TASK PROMPT: Go through the material line by line and tally those containing the string "Plane". Only the tally is wanted.
START RAW DATA
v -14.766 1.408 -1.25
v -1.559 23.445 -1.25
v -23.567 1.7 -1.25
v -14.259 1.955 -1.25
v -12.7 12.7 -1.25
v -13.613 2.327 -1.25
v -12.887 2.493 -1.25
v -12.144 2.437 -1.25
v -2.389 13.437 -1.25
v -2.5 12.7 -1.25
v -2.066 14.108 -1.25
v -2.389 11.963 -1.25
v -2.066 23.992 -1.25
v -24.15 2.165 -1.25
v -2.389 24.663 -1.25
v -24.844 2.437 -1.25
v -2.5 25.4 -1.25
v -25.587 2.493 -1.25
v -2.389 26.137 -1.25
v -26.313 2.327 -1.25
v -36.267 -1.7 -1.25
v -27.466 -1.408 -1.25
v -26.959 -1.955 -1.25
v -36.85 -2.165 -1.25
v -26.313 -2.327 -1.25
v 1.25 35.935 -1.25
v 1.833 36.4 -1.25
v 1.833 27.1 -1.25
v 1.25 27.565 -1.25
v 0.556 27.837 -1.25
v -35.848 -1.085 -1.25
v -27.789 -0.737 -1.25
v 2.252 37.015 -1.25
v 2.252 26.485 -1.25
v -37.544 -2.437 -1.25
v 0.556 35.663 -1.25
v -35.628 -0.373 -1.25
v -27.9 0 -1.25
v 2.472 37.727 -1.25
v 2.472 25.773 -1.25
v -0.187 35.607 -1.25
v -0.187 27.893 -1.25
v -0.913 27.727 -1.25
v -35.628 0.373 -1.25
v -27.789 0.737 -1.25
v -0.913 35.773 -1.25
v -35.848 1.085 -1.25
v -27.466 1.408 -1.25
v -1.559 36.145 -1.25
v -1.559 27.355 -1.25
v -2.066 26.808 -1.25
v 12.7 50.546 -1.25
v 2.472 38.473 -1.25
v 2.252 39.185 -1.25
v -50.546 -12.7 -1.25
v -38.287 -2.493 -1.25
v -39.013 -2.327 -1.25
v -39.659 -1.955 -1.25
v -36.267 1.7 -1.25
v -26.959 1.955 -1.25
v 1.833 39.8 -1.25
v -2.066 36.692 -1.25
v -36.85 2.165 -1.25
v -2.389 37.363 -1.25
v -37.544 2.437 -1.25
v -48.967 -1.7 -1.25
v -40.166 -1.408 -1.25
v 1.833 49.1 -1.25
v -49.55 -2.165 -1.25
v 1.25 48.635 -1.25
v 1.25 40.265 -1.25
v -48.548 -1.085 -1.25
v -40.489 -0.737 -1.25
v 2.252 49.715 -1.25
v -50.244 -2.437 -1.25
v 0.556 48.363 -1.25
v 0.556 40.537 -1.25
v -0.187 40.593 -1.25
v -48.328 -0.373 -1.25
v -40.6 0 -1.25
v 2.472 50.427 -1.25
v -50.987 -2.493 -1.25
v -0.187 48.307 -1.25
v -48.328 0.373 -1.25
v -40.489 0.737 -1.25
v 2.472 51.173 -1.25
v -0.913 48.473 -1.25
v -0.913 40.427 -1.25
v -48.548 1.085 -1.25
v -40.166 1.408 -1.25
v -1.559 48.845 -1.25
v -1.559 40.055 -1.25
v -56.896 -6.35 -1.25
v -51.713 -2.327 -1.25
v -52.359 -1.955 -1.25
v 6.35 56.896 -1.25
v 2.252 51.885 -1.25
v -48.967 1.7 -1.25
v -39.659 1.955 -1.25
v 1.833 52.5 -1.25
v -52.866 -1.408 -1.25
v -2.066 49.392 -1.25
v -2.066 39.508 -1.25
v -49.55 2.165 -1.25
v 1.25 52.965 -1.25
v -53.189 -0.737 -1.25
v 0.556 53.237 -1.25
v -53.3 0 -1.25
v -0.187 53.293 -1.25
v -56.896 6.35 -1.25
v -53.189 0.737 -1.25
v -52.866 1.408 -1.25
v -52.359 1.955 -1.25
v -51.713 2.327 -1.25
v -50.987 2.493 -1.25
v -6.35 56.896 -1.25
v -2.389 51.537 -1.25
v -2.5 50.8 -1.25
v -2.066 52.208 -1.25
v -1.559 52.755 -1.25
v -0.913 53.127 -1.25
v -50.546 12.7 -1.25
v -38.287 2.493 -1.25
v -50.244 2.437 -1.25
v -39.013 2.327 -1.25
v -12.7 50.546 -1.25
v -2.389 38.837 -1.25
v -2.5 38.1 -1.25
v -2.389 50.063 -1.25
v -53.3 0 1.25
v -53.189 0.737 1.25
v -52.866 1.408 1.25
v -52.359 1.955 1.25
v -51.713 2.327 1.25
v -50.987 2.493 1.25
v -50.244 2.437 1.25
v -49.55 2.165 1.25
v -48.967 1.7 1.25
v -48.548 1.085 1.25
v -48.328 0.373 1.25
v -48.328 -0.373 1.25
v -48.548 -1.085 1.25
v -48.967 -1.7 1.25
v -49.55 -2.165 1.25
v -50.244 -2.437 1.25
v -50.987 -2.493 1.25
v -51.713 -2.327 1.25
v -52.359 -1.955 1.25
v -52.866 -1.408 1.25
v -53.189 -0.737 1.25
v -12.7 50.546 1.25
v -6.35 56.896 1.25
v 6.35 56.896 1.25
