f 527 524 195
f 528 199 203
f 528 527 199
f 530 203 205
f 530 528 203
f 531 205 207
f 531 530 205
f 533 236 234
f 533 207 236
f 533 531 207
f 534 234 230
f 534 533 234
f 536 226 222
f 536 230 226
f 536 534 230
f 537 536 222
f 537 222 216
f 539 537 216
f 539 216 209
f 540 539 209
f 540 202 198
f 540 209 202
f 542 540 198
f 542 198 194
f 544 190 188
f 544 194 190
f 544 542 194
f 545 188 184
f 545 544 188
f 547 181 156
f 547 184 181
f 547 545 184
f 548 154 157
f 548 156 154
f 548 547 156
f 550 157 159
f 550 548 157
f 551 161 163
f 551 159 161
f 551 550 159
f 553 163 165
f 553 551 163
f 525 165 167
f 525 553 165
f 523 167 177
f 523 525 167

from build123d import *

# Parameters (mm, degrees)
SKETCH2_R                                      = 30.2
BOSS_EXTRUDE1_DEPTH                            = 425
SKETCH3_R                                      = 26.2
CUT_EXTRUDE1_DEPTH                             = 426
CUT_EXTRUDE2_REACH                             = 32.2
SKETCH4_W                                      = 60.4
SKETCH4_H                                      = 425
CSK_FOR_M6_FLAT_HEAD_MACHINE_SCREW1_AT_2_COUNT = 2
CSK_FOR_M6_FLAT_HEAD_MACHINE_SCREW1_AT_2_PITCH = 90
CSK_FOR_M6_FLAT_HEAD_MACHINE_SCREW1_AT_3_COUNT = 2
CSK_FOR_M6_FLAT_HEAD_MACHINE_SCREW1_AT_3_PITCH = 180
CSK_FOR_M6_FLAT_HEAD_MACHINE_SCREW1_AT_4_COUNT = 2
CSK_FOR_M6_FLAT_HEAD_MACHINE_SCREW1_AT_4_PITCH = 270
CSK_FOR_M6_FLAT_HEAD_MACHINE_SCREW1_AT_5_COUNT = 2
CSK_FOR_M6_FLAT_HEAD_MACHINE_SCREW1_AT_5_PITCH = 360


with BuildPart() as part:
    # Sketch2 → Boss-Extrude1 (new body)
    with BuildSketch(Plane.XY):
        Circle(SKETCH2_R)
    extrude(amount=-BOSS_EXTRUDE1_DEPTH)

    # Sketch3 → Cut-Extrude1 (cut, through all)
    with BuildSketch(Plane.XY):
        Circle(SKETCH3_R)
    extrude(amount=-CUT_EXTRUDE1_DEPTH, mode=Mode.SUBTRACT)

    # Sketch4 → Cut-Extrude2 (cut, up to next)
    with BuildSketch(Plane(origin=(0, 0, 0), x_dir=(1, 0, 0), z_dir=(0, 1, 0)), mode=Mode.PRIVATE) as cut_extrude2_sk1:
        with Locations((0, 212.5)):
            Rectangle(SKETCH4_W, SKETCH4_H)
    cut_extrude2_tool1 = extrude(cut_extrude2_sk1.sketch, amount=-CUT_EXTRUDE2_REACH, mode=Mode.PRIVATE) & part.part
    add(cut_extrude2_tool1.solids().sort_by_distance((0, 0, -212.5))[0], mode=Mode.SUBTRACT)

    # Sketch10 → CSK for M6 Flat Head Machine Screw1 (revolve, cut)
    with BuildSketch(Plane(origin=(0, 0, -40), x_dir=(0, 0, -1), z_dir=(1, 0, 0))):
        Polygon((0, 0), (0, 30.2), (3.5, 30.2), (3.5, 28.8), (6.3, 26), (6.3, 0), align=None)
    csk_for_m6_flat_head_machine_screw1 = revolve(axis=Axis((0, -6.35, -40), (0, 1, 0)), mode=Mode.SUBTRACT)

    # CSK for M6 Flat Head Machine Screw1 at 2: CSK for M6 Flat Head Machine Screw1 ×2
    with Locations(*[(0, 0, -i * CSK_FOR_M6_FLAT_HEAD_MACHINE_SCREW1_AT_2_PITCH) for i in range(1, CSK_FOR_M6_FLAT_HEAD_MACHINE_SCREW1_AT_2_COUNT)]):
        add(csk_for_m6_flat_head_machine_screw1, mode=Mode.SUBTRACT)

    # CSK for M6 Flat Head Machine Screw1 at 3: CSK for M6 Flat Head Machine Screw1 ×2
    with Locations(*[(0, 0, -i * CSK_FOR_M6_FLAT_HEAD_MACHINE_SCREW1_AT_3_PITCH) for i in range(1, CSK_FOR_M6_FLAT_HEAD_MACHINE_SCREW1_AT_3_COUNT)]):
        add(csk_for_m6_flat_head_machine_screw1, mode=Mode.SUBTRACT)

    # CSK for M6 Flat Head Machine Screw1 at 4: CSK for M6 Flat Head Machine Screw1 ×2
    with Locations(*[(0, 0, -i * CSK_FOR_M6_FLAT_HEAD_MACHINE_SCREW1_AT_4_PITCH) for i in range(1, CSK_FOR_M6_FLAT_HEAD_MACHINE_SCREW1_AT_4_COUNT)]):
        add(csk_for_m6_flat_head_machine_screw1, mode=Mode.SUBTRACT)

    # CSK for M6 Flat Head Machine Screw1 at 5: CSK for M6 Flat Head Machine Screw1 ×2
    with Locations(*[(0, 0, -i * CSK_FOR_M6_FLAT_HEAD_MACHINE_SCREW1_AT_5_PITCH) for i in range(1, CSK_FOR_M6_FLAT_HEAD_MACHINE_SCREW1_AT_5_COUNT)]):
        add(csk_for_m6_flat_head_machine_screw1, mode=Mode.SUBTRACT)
END RAW DATA
OUTPUT OF THE TASK: 4